CAPE TOWN, June 3, 2007 (AFP) - African media's growing reliance on private advertising poses threats to press freedom similar to state ownership, panelists told an international gathering of journalists in Cape Town Sunday.

As the continent's media struggles to shake off the shackles of government interference, news content is increasingly being shaped by advertisers, panelists told delegates to an annual gathering of the World Association of Newspapers.

"The media in Africa seems to be caught between the hammer of the state and the anvil of the market," said Zambian media analyst and columnist Fackson Banda.

He said the growing interaction between the media and the corporate sector presented both opportunities and threats for journalistic freedom.

A media operating in a free market system promised free competition, better content and the chance to contribute to greater democracy.
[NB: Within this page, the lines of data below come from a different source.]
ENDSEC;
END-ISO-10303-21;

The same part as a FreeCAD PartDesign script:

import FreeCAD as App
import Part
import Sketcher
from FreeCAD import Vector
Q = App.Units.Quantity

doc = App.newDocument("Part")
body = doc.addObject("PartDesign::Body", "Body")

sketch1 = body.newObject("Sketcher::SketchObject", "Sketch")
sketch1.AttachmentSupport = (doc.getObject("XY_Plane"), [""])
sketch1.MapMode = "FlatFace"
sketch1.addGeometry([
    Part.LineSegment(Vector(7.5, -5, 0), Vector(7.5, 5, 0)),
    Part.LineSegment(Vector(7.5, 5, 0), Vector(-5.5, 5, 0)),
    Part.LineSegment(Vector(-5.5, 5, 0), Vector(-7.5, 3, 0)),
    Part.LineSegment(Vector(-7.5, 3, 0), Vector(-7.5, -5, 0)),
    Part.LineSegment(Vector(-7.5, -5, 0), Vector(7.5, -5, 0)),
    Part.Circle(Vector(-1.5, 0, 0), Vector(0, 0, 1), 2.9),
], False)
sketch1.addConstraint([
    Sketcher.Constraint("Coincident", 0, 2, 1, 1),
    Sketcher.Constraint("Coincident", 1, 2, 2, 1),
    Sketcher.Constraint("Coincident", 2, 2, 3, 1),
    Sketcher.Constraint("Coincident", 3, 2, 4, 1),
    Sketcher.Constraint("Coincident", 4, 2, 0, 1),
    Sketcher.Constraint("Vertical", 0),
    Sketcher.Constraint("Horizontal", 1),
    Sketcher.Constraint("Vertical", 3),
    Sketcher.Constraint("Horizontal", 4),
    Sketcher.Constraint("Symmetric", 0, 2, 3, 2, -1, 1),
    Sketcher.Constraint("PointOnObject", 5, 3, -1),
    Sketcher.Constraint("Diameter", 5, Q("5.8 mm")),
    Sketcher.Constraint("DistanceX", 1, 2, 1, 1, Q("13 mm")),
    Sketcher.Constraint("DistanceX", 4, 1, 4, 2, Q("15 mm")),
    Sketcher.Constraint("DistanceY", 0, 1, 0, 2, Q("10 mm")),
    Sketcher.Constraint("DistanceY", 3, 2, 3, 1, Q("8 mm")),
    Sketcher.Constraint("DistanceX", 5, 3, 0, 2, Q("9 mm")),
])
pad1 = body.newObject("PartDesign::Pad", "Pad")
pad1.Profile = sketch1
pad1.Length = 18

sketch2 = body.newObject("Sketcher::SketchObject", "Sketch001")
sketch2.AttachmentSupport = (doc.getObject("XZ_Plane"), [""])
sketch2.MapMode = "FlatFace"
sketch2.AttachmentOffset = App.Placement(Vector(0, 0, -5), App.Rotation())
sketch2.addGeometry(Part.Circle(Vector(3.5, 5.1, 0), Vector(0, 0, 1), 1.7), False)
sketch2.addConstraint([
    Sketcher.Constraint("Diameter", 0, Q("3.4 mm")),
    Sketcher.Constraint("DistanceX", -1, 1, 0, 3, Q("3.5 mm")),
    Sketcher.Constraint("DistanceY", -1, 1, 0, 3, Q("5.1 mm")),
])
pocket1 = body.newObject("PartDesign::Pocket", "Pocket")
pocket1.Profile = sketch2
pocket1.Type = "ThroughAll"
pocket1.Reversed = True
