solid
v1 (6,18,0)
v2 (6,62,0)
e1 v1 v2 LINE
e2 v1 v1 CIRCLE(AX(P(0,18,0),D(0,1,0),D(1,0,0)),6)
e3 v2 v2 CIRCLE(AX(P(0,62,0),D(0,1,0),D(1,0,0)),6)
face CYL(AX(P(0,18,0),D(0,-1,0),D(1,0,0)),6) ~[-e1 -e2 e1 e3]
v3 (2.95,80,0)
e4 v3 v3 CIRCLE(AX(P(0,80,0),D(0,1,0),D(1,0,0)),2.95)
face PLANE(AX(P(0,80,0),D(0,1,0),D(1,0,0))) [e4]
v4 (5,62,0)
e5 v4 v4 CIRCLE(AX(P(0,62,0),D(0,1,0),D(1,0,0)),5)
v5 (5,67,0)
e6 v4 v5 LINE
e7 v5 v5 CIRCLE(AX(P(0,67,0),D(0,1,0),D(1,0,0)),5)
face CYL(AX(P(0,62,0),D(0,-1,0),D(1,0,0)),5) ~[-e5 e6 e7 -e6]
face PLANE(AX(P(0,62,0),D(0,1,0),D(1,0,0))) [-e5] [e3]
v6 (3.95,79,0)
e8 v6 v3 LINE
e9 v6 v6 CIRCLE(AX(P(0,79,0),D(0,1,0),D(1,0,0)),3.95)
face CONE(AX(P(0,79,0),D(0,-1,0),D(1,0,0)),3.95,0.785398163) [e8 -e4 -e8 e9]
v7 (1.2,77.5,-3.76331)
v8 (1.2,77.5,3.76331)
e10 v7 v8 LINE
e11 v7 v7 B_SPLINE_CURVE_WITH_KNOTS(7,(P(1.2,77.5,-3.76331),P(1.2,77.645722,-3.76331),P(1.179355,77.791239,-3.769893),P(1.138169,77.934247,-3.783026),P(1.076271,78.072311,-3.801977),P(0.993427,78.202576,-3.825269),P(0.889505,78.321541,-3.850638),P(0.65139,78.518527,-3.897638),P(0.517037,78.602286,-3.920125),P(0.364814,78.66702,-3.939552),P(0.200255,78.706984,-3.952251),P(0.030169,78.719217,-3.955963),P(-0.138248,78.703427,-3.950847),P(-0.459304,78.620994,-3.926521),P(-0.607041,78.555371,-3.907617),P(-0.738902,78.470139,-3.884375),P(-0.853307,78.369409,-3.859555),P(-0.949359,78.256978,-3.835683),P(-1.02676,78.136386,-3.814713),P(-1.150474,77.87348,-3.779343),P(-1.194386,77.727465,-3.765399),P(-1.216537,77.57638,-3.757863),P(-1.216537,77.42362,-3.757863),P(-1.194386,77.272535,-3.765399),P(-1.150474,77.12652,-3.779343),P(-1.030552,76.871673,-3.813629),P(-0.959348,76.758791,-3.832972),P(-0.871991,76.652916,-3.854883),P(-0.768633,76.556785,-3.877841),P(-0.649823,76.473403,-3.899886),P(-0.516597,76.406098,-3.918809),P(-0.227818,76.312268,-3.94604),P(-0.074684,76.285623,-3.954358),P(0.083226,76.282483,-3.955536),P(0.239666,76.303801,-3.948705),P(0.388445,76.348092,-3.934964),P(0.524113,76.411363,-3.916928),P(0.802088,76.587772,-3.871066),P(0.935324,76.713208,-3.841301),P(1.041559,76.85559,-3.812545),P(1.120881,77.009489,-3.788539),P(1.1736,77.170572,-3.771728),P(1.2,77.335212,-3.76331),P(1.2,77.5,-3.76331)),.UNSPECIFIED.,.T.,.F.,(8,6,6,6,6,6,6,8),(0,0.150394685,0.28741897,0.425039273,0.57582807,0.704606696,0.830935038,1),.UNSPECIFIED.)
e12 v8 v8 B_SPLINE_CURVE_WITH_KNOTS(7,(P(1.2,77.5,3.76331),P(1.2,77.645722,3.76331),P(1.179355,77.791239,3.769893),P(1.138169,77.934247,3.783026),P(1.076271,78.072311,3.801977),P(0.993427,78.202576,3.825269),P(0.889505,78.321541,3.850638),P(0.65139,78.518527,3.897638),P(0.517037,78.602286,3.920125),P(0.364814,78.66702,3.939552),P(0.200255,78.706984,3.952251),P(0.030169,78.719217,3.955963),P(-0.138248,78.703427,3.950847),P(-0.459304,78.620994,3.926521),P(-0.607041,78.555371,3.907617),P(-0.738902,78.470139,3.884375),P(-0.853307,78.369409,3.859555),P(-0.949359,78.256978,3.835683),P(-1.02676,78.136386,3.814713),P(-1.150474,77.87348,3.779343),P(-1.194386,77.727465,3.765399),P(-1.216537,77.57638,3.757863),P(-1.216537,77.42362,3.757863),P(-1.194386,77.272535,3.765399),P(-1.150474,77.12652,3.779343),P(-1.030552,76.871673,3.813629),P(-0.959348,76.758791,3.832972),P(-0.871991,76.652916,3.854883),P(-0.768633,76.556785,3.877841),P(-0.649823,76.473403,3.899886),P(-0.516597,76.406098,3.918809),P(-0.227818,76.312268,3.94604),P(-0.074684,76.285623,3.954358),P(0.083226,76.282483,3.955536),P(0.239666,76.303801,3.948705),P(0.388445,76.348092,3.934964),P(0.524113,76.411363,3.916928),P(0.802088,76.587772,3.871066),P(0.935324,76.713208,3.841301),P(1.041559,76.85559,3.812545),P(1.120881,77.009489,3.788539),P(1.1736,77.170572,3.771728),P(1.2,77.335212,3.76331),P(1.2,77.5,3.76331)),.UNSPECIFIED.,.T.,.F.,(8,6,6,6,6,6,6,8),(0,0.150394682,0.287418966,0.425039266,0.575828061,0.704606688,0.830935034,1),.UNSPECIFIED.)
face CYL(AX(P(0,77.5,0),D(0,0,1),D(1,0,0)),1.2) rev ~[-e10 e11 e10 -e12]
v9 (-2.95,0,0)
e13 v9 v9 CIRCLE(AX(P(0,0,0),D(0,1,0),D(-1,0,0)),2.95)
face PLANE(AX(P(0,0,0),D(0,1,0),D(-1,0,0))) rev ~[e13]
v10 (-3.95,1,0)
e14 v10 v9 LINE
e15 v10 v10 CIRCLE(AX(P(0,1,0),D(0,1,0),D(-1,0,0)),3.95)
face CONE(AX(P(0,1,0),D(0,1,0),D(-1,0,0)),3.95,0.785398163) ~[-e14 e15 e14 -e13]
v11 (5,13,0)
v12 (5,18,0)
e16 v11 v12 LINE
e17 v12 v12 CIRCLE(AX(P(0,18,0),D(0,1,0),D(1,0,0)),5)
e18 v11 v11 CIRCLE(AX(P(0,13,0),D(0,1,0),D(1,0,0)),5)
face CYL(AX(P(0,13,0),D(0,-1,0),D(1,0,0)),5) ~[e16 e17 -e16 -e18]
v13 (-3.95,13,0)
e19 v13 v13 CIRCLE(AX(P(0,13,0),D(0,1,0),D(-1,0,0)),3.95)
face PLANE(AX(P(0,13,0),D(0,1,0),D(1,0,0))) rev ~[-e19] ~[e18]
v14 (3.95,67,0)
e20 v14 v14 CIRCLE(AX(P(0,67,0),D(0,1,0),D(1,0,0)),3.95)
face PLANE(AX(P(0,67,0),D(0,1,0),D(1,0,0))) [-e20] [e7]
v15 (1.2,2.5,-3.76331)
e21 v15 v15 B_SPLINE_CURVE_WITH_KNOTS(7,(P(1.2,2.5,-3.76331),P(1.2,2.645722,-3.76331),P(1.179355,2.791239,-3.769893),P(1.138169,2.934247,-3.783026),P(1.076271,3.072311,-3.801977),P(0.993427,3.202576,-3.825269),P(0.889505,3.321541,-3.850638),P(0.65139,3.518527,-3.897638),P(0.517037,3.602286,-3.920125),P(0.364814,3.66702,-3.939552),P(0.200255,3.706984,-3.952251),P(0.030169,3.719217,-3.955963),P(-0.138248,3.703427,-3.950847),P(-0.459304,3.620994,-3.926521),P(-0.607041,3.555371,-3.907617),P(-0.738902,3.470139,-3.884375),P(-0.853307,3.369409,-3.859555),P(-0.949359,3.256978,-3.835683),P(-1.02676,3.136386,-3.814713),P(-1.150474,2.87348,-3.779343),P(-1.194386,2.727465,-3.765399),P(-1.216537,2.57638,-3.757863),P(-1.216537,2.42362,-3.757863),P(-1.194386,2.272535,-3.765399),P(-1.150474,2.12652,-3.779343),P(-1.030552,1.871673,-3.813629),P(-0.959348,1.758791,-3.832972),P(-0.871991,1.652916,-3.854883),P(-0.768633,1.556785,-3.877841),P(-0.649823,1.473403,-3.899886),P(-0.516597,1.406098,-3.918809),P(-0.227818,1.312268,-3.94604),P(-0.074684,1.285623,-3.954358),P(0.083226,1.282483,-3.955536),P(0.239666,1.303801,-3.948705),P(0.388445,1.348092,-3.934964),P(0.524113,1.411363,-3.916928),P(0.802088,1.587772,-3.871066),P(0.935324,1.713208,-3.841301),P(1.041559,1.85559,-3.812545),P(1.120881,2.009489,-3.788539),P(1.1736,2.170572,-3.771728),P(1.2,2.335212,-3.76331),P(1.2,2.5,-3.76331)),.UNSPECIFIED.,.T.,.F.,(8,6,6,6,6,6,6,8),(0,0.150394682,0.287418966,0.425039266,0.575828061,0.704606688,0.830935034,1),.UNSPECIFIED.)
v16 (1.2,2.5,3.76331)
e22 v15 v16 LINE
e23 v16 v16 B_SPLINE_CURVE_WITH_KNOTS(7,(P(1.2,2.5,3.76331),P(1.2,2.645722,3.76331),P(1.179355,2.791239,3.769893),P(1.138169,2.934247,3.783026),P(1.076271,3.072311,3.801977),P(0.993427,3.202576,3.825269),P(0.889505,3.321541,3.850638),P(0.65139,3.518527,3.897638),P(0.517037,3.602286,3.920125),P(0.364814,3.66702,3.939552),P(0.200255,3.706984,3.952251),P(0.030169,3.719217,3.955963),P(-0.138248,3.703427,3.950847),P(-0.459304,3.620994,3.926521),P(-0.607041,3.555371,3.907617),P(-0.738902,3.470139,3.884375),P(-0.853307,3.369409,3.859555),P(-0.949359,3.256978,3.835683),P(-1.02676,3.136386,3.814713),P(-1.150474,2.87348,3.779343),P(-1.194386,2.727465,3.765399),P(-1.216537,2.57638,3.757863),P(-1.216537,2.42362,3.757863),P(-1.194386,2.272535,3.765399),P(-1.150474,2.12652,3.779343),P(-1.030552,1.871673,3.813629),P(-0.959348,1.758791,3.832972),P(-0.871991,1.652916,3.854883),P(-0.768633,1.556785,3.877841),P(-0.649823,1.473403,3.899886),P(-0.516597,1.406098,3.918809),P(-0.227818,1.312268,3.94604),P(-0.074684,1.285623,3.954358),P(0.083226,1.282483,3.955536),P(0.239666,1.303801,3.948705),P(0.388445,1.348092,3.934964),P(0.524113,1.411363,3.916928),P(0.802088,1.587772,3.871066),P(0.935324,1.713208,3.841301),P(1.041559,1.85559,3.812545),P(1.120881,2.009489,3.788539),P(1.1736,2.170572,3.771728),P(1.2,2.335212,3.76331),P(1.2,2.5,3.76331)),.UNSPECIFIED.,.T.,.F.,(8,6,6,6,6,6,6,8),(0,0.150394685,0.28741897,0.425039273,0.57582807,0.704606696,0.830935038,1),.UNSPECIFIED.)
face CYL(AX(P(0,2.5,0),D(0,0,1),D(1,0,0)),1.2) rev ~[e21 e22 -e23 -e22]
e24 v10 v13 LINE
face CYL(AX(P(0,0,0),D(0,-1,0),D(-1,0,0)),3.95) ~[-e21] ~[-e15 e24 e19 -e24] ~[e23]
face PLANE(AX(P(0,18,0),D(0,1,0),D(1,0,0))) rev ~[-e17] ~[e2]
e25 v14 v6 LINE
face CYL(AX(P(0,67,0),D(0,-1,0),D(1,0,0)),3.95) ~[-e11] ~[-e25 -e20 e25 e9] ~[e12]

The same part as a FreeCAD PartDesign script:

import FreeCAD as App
import Part
import Sketcher


def edges_at(feature, points):
    """Names of the edges that pass closest to the given points."""
    edges = feature.Shape.Edges
    near = lambda p: min(range(len(edges)), key=lambda i: edges[i].distToShape(Part.Vertex(*p))[0])
    return sorted({f"Edge{near(p) + 1}" for p in points})

doc = App.newDocument("Part")
body = doc.addObject("PartDesign::Body", "Body")

# Sketch on XZ plane
sketch1 = doc.addObject("Sketcher::SketchObject", "Sketch")
body.addObject(sketch1)
sketch1.AttachmentSupport = (doc.XZ_Plane, [""])
sketch1.MapMode = "FlatFace"
sketch1.addGeometry(Part.Circle(App.Vector(0, 0, 0), App.Vector(0, 0, 1), 3.95), False)
sketch1.addConstraint(Sketcher.Constraint("Coincident", 0, 3, -1, 1))
sketch1.addConstraint(Sketcher.Constraint("Diameter", 0, 7.9))
pad1 = doc.addObject("PartDesign::Pad", "Pad")
body.addObject(pad1)
pad1.Profile = sketch1
pad1.Length = 13
pad1.Reversed = True

# Sketch on XZ plane
sketch2 = doc.addObject("Sketcher::SketchObject", "Sketch001")
body.addObject(sketch2)
sketch2.AttachmentSupport = (doc.XZ_Plane, [""])
sketch2.MapMode = "FlatFace"
sketch2.AttachmentOffset = App.Placement(App.Vector(0, 0, -13), App.Rotation())
sketch2.addGeometry(Part.Circle(App.Vector(0, 0, 0), App.Vector(0, 0, 1), 5), False)
sketch2.addConstraint(Sketcher.Constraint("Coincident", 0, 3, -1, 1))
sketch2.addConstraint(Sketcher.Constraint("Diameter", 0, 10.0))
pad2 = doc.addObject("PartDesign::Pad", "Pad001")
body.addObject(pad2)
pad2.Profile = sketch2
pad2.Length = 5
pad2.Reversed = True

# Sketch on XZ plane
sketch3 = doc.addObject("Sketcher::SketchObject", "Sketch002")
body.addObject(sketch3)
sketch3.AttachmentSupport = (doc.XZ_Plane, [""])
sketch3.MapMode = "FlatFace"
sketch3.AttachmentOffset = App.Placement(App.Vector(0, 0, -18), App.Rotation())
sketch3.addGeometry(Part.Circle(App.Vector(0, 0, 0), App.Vector(0, 0, 1), 6), False)
sketch3.addConstraint(Sketcher.Constraint("Coincident", 0, 3, -1, 1))
sketch3.addConstraint(Sketcher.Constraint("Diameter", 0, 12.0))
pad3 = doc.addObject("PartDesign::Pad", "Pad002")
body.addObject(pad3)
pad3.Profile = sketch3
pad3.Length = 44
pad3.Reversed = True

# Sketch on XZ plane
sketch4 = doc.addObject("Sketcher::SketchObject", "Sketch003")
body.addObject(sketch4)
sketch4.AttachmentSupport = (doc.XZ_Plane, [""])
sketch4.MapMode = "FlatFace"
sketch4.AttachmentOffset = App.Placement(App.Vector(0, 0, -62), App.Rotation())
sketch4.addGeometry(Part.Circle(App.Vector(0, 0, 0), App.Vector(0, 0, 1), 5), False)
sketch4.addConstraint(Sketcher.Constraint("Coincident", 0, 3, -1, 1))
sketch4.addConstraint(Sketcher.Constraint("Diameter", 0, 10.0))
pad4 = doc.addObject("PartDesign::Pad", "Pad003")
body.addObject(pad4)
pad4.Profile = sketch4
pad4.Length = 5
pad4.Reversed = True

# Sketch on XZ plane
sketch5 = doc.addObject("Sketcher::SketchObject", "Sketch004")
body.addObject(sketch5)
sketch5.AttachmentSupport = (doc.XZ_Plane, [""])
sketch5.MapMode = "FlatFace"
sketch5.AttachmentOffset = App.Placement(App.Vector(0, 0, -67), App.Rotation())
sketch5.addGeometry(Part.Circle(App.Vector(0, 0, 0), App.Vector(0, 0, 1), 3.95), False)
sketch5.addConstraint(Sketcher.Constraint("Coincident", 0, 3, -1, 1))
sketch5.addConstraint(Sketcher.Constraint("Diameter", 0, 7.9))
pad5 = doc.addObject("PartDesign::Pad", "Pad004")
body.addObject(pad5)
pad5.Profile = sketch5
pad5.Length = 13
pad5.Reversed = True

# Sketch on XY plane
sketch6 = doc.addObject("Sketcher::SketchObject", "Sketch005")
body.addObject(sketch6)
sketch6.AttachmentSupport = (doc.XY_Plane, [""])
sketch6.MapMode = "FlatFace"
sketch6.addGeometry(Part.Circle(App.Vector(0, 2.5, 0), App.Vector(0, 0, 1), 1.2), False)
sketch6.addConstraint(Sketcher.Constraint("PointOnObject", 0, 3, -2))
sketch6.addConstraint(Sketcher.Constraint("Diameter", 0, 2.4))
sketch6.addConstraint(Sketcher.Constraint("DistanceY", -1, 1, 0, 3, 2.5))
pocket1 = doc.addObject("PartDesign::Pocket", "Pocket")
body.addObject(pocket1)
pocket1.Profile = sketch6
pocket1.Type = "ThroughAll"
pocket1.Midplane = True
doc.recompute()

chamfer = doc.addObject("PartDesign::Chamfer", "Chamfer")
body.addObject(chamfer)
chamfer.Base = (pocket1, edges_at(pocket1, [(3.95, 0, 0)]))
chamfer.Size = 1
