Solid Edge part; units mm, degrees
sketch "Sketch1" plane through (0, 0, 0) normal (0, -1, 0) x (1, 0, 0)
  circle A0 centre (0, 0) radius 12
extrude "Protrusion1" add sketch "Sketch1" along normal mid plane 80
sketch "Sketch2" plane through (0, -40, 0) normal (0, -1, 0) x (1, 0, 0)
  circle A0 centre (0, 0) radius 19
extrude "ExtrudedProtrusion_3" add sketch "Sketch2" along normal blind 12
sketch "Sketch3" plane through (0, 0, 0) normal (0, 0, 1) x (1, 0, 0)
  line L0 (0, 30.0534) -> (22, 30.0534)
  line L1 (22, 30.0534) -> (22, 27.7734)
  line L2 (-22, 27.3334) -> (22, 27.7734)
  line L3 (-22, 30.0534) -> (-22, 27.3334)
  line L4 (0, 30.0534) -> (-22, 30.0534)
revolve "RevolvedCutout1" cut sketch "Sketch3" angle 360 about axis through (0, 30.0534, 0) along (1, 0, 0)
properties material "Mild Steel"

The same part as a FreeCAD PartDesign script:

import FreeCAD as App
import Part
import Sketcher
from FreeCAD import Vector

doc = App.newDocument("Part")
body = doc.addObject("PartDesign::Body", "Body")

sketch1 = body.newObject("Sketcher::SketchObject", "Sketch")
sketch1.AttachmentSupport = (doc.getObject("XZ_Plane"), [""])
sketch1.MapMode = "FlatFace"
sketch1.addGeometry(Part.Circle(Vector(0, 0, 0), Vector(0, 0, 1), 12), False)
sketch1.addConstraint([
    Sketcher.Constraint("Coincident", 0, 3, -1, 1),
    Sketcher.Constraint("Diameter", 0, 24.0),
])
pad1 = body.newObject("PartDesign::Pad", "Pad")
pad1.Profile = sketch1
pad1.Length = 80
pad1.Midplane = True

sketch2 = body.newObject("Sketcher::SketchObject", "Sketch001")
sketch2.AttachmentSupport = (doc.getObject("XZ_Plane"), [""])
sketch2.MapMode = "FlatFace"
sketch2.AttachmentOffset = App.Placement(Vector(0, 0, 40), App.Rotation())
sketch2.addGeometry(Part.Circle(Vector(0, 0, 0), Vector(0, 0, 1), 19), False)
sketch2.addConstraint([
    Sketcher.Constraint("Coincident", 0, 3, -1, 1),
    Sketcher.Constraint("Diameter", 0, 38.0),
])
pad2 = body.newObject("PartDesign::Pad", "Pad001")
pad2.Profile = sketch2
pad2.Length = 12

sketch3 = body.newObject("Sketcher::SketchObject", "Sketch002")
sketch3.AttachmentSupport = (doc.getObject("XY_Plane"), [""])
sketch3.MapMode = "FlatFace"
sketch3.addGeometry([
    Part.LineSegment(Vector(22, 30.0534, 0), Vector(-22, 30.0534, 0)),
    Part.LineSegment(Vector(-22, 30.0534, 0), Vector(-22, 27.3334, 0)),
    Part.LineSegment(Vector(-22, 27.3334, 0), Vector(22, 27.7734, 0)),
    Part.LineSegment(Vector(22, 27.7734, 0), Vector(22, 30.0534, 0)),
], False)
sketch3.addGeometry(Part.LineSegment(Vector(-22, 30.0534, 0), Vector(22, 30.0534, 0)), True)
sketch3.addConstraint([
    Sketcher.Constraint("Coincident", 0, 2, 1, 1),
    Sketcher.Constraint("Coincident", 1, 2, 2, 1),
    Sketcher.Constraint("Coincident", 2, 2, 3, 1),
    Sketcher.Constraint("Coincident", 3, 2, 0, 1),
    Sketcher.Constraint("Horizontal", 0),
    Sketcher.Constraint("Vertical", 1),
    Sketcher.Constraint("Vertical", 3),
    Sketcher.Constraint("Horizontal", 4),
    Sketcher.Constraint("Coincident", 4, 1, 0, 2),
    Sketcher.Constraint("Vertical", 2, 2, 4, 2),
    Sketcher.Constraint("DistanceX", 0, 2, 0, 1, 44.0),
    Sketcher.Constraint("DistanceX", 0, 2, -1, 1, 22.0),
    Sketcher.Constraint("DistanceY", 1, 2, 1, 1, 2.72),
    Sketcher.Constraint("DistanceY", 3, 1, 3, 2, 2.28),
    Sketcher.Constraint("DistanceY", -1, 1, 0, 2, 30.0534),
])
groove = body.newObject("PartDesign::Groove", "Groove")
groove.Profile = sketch3
groove.ReferenceAxis = (sketch3, ["Axis0"])
groove.Angle = 360

doc.recompute()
But it also threatened to see the media concentrating on its largest clients, avoiding financial risk and neglecting the poorer sections of their potential audience. It could also lead to a dwindling focus on investigative reporting and a trend towards tabloidism.

"Media freedom in Africa is held captive by both the government and the world," said Banda.

"There is a tendency to focus on the lead sources of information, to focus on business interests as opposed to serious political debate."

Several African delegates argued that without the opening up of free-market economies, many countries would never have achieved a free press.

But Fernando de Lima, chairman of the Mozambican journalists' association Mediacoop, lamented the small pool of advertisers, telling the forum: "You get banks, airliners and telecommunications companies dictating the policy of newspapers".

The 60th world newspaper congress and 14th world editors' forum kicked off in Cape Town on Sunday with a number of round-table discussions ahead of the official opening on Monday morning.

About 1,600 participants from 105 countries are to attend four days of meetings, including publishers, chief executive officers, editors and other senior newspaper executives.

The gathering is to be officially opened on Monday morning by South African President Thabo Mbeki and WAN president Gavin O'Reilly.